## TASK DETAILS
Only the lines from the one containing "#366=ORIENTED_EDGE('',*,*,#253,.F.);" through the one containing "#397=ORIENTED_EDGE('',*,*,#283,.T.);" should be printed, exactly as they appear below, with both ends included.
===== DATASET EXTRACT =====
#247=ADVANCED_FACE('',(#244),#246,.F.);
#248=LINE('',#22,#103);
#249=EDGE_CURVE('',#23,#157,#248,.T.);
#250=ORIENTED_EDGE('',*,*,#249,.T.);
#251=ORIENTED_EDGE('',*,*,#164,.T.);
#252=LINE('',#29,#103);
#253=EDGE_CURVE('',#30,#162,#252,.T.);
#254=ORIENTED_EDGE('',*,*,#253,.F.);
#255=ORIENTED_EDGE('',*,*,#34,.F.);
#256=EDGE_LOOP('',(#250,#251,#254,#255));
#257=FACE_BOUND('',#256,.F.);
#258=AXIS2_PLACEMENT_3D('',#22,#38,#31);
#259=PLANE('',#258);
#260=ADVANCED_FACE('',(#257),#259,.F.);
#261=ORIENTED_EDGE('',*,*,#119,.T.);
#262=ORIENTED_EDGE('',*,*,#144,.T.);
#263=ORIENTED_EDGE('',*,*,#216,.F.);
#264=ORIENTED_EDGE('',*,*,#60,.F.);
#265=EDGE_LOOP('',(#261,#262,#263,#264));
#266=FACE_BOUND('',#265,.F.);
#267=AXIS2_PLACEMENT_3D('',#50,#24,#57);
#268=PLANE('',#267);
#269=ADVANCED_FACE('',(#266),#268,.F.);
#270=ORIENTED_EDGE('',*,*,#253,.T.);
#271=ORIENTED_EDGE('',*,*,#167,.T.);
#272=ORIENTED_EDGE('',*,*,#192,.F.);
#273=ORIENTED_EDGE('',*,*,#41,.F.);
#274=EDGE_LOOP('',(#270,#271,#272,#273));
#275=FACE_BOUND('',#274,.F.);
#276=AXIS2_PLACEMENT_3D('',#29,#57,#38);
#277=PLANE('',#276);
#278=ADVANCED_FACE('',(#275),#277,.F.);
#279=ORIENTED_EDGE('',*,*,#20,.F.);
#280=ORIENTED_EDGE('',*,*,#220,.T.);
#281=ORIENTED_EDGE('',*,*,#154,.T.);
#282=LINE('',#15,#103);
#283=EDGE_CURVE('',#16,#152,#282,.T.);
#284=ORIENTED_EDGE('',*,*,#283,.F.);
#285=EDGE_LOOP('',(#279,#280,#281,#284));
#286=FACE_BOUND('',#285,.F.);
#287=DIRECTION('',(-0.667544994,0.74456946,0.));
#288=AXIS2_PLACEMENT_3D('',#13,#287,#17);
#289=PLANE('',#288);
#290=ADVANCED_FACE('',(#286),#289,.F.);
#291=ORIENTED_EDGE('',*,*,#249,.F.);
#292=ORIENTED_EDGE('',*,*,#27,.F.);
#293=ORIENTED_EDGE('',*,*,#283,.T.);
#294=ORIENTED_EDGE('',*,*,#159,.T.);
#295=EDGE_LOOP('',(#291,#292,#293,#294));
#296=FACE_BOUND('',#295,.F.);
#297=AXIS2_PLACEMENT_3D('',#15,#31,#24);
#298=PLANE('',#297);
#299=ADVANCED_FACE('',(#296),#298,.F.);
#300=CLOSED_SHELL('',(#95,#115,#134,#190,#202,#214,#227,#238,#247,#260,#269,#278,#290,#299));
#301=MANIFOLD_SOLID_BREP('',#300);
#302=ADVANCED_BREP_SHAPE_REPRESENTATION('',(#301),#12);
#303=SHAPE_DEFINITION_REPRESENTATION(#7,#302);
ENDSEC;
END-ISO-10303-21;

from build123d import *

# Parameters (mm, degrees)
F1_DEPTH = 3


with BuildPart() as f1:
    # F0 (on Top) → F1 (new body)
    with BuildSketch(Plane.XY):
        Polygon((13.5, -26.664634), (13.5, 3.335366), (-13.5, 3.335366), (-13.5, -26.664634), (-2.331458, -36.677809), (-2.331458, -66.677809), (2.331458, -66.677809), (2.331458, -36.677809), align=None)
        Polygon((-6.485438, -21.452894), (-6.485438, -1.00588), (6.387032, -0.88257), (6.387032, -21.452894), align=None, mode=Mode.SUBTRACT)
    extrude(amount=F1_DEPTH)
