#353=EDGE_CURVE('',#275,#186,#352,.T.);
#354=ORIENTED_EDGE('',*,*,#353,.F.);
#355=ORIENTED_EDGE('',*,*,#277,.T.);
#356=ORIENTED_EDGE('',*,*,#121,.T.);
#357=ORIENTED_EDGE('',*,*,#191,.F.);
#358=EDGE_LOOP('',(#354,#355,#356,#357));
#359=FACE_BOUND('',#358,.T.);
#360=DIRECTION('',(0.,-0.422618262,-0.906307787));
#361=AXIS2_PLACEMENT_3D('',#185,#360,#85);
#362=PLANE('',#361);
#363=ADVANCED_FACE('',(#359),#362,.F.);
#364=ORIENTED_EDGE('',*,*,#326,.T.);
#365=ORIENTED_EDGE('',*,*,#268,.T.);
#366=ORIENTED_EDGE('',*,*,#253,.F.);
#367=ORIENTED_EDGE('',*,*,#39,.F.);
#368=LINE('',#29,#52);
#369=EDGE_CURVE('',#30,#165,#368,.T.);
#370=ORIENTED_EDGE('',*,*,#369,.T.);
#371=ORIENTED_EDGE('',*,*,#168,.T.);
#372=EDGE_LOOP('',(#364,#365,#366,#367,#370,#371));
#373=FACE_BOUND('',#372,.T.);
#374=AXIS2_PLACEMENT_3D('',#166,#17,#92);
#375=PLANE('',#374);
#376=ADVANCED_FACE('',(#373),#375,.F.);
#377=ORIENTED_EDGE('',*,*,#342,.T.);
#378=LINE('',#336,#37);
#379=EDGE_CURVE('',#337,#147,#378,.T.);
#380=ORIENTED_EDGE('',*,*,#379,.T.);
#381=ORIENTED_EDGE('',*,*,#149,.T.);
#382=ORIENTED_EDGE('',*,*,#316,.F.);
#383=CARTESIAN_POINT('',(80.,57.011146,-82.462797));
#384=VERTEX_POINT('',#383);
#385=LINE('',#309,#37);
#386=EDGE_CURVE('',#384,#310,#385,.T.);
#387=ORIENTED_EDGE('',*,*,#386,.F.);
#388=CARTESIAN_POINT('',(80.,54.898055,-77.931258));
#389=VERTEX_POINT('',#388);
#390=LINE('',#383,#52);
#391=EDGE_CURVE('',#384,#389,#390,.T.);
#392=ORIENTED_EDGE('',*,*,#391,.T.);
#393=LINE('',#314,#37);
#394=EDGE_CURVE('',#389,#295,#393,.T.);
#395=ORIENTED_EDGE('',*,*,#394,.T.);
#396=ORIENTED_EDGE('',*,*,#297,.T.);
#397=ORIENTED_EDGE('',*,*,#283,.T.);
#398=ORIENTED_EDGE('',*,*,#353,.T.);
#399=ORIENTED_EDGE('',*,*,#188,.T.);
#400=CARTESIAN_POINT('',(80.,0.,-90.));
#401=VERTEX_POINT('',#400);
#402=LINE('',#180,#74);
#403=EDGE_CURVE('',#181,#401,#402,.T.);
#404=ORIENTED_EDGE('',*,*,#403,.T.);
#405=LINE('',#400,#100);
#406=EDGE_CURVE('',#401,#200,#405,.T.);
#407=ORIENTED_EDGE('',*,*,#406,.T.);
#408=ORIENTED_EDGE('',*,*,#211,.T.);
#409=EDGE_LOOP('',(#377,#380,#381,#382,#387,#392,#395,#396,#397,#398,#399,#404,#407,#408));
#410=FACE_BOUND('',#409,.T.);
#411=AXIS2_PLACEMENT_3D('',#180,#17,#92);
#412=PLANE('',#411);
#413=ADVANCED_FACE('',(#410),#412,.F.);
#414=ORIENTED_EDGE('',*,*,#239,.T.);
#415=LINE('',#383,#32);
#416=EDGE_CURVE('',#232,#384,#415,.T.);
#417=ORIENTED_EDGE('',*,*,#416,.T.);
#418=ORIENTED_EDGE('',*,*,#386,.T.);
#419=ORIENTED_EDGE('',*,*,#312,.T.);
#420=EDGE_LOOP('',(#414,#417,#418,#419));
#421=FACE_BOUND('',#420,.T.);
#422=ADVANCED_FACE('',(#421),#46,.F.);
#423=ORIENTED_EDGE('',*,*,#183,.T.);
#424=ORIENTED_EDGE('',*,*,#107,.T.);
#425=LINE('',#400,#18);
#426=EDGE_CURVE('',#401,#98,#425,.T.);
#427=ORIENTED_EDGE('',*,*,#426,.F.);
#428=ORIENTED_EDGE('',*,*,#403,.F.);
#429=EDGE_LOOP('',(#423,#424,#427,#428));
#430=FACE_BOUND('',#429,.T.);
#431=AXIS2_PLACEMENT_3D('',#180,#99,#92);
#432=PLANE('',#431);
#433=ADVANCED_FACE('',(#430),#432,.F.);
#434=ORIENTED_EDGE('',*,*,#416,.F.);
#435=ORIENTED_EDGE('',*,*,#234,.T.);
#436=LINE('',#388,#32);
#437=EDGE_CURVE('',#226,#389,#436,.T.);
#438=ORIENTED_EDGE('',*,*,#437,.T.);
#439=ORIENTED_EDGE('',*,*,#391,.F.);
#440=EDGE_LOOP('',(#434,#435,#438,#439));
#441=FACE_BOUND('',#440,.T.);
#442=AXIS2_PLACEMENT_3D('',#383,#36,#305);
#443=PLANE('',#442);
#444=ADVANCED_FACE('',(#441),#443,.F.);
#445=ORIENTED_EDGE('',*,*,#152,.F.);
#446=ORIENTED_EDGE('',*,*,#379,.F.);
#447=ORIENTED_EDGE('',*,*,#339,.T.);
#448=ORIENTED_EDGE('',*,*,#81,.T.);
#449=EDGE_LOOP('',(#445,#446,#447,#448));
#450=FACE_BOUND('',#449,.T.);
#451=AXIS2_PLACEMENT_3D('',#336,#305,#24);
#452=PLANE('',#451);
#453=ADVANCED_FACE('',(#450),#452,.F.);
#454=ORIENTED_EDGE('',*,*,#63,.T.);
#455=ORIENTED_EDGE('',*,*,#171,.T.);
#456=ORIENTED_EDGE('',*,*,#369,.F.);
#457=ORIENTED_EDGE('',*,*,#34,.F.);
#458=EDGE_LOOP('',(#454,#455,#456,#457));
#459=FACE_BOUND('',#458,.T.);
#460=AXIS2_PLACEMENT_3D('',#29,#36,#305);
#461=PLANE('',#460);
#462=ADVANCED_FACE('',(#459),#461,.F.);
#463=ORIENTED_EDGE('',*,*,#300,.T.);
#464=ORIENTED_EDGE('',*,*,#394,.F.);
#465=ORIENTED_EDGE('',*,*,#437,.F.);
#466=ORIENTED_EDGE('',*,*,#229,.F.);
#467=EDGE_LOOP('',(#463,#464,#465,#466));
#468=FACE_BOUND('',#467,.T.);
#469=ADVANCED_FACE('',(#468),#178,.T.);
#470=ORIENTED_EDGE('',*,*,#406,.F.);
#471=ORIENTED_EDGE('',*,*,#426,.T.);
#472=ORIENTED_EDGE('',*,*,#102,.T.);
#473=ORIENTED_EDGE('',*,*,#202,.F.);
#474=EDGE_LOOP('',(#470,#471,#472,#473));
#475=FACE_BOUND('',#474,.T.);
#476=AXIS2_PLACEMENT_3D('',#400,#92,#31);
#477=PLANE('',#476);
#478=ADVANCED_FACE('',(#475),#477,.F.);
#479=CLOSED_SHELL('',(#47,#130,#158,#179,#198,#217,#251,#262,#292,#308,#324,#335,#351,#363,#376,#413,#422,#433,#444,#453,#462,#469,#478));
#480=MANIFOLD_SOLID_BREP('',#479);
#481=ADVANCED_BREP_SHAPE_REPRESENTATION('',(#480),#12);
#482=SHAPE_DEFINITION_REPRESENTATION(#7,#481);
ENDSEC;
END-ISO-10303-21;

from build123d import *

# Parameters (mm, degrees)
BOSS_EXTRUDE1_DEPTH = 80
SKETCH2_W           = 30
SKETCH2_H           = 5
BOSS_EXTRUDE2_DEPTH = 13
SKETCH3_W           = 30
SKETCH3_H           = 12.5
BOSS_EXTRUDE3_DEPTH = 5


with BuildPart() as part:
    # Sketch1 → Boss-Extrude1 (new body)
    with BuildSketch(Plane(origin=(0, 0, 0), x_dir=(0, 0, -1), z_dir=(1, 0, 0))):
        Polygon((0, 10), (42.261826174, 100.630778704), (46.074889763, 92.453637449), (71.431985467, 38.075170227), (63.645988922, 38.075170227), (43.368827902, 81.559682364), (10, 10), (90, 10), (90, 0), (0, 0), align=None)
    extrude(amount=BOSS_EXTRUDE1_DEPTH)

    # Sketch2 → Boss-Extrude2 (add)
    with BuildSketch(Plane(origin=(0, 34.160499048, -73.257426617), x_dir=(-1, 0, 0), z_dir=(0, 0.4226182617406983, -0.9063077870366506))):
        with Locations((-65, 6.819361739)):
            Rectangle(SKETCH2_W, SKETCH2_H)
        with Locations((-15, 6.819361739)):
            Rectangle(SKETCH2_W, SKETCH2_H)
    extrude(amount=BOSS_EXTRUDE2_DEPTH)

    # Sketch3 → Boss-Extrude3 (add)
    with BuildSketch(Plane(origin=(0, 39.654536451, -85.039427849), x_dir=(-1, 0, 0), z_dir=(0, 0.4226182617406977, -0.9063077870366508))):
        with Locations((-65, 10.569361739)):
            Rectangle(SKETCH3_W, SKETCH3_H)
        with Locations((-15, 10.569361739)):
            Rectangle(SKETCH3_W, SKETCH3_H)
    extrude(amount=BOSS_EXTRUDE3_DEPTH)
=====
## ANSWER TO THIS EXERCISE
#366=ORIENTED_EDGE('',*,*,#253,.F.);
#367=ORIENTED_EDGE('',*,*,#39,.F.);
#368=LINE('',#29,#52);
#369=EDGE_CURVE('',#30,#165,#368,.T.);
#370=ORIENTED_EDGE('',*,*,#369,.T.);
#371=ORIENTED_EDGE('',*,*,#168,.T.);
#372=EDGE_LOOP('',(#364,#365,#366,#367,#370,#371));
#373=FACE_BOUND('',#372,.T.);
#374=AXIS2_PLACEMENT_3D('',#166,#17,#92);
#375=PLANE('',#374);
#376=ADVANCED_FACE('',(#373),#375,.F.);
#377=ORIENTED_EDGE('',*,*,#342,.T.);
#378=LINE('',#336,#37);
#379=EDGE_CURVE('',#337,#147,#378,.T.);
#380=ORIENTED_EDGE('',*,*,#379,.T.);
#381=ORIENTED_EDGE('',*,*,#149,.T.);
#382=ORIENTED_EDGE('',*,*,#316,.F.);
#383=CARTESIAN_POINT('',(80.,57.011146,-82.462797));
#384=VERTEX_POINT('',#383);
#385=LINE('',#309,#37);
#386=EDGE_CURVE('',#384,#310,#385,.T.);
#387=ORIENTED_EDGE('',*,*,#386,.F.);
#388=CARTESIAN_POINT('',(80.,54.898055,-77.931258));
#389=VERTEX_POINT('',#388);
#390=LINE('',#383,#52);
#391=EDGE_CURVE('',#384,#389,#390,.T.);
#392=ORIENTED_EDGE('',*,*,#391,.T.);
#393=LINE('',#314,#37);
#394=EDGE_CURVE('',#389,#295,#393,.T.);
#395=ORIENTED_EDGE('',*,*,#394,.T.);
#396=ORIENTED_EDGE('',*,*,#297,.T.);
#397=ORIENTED_EDGE('',*,*,#283,.T.);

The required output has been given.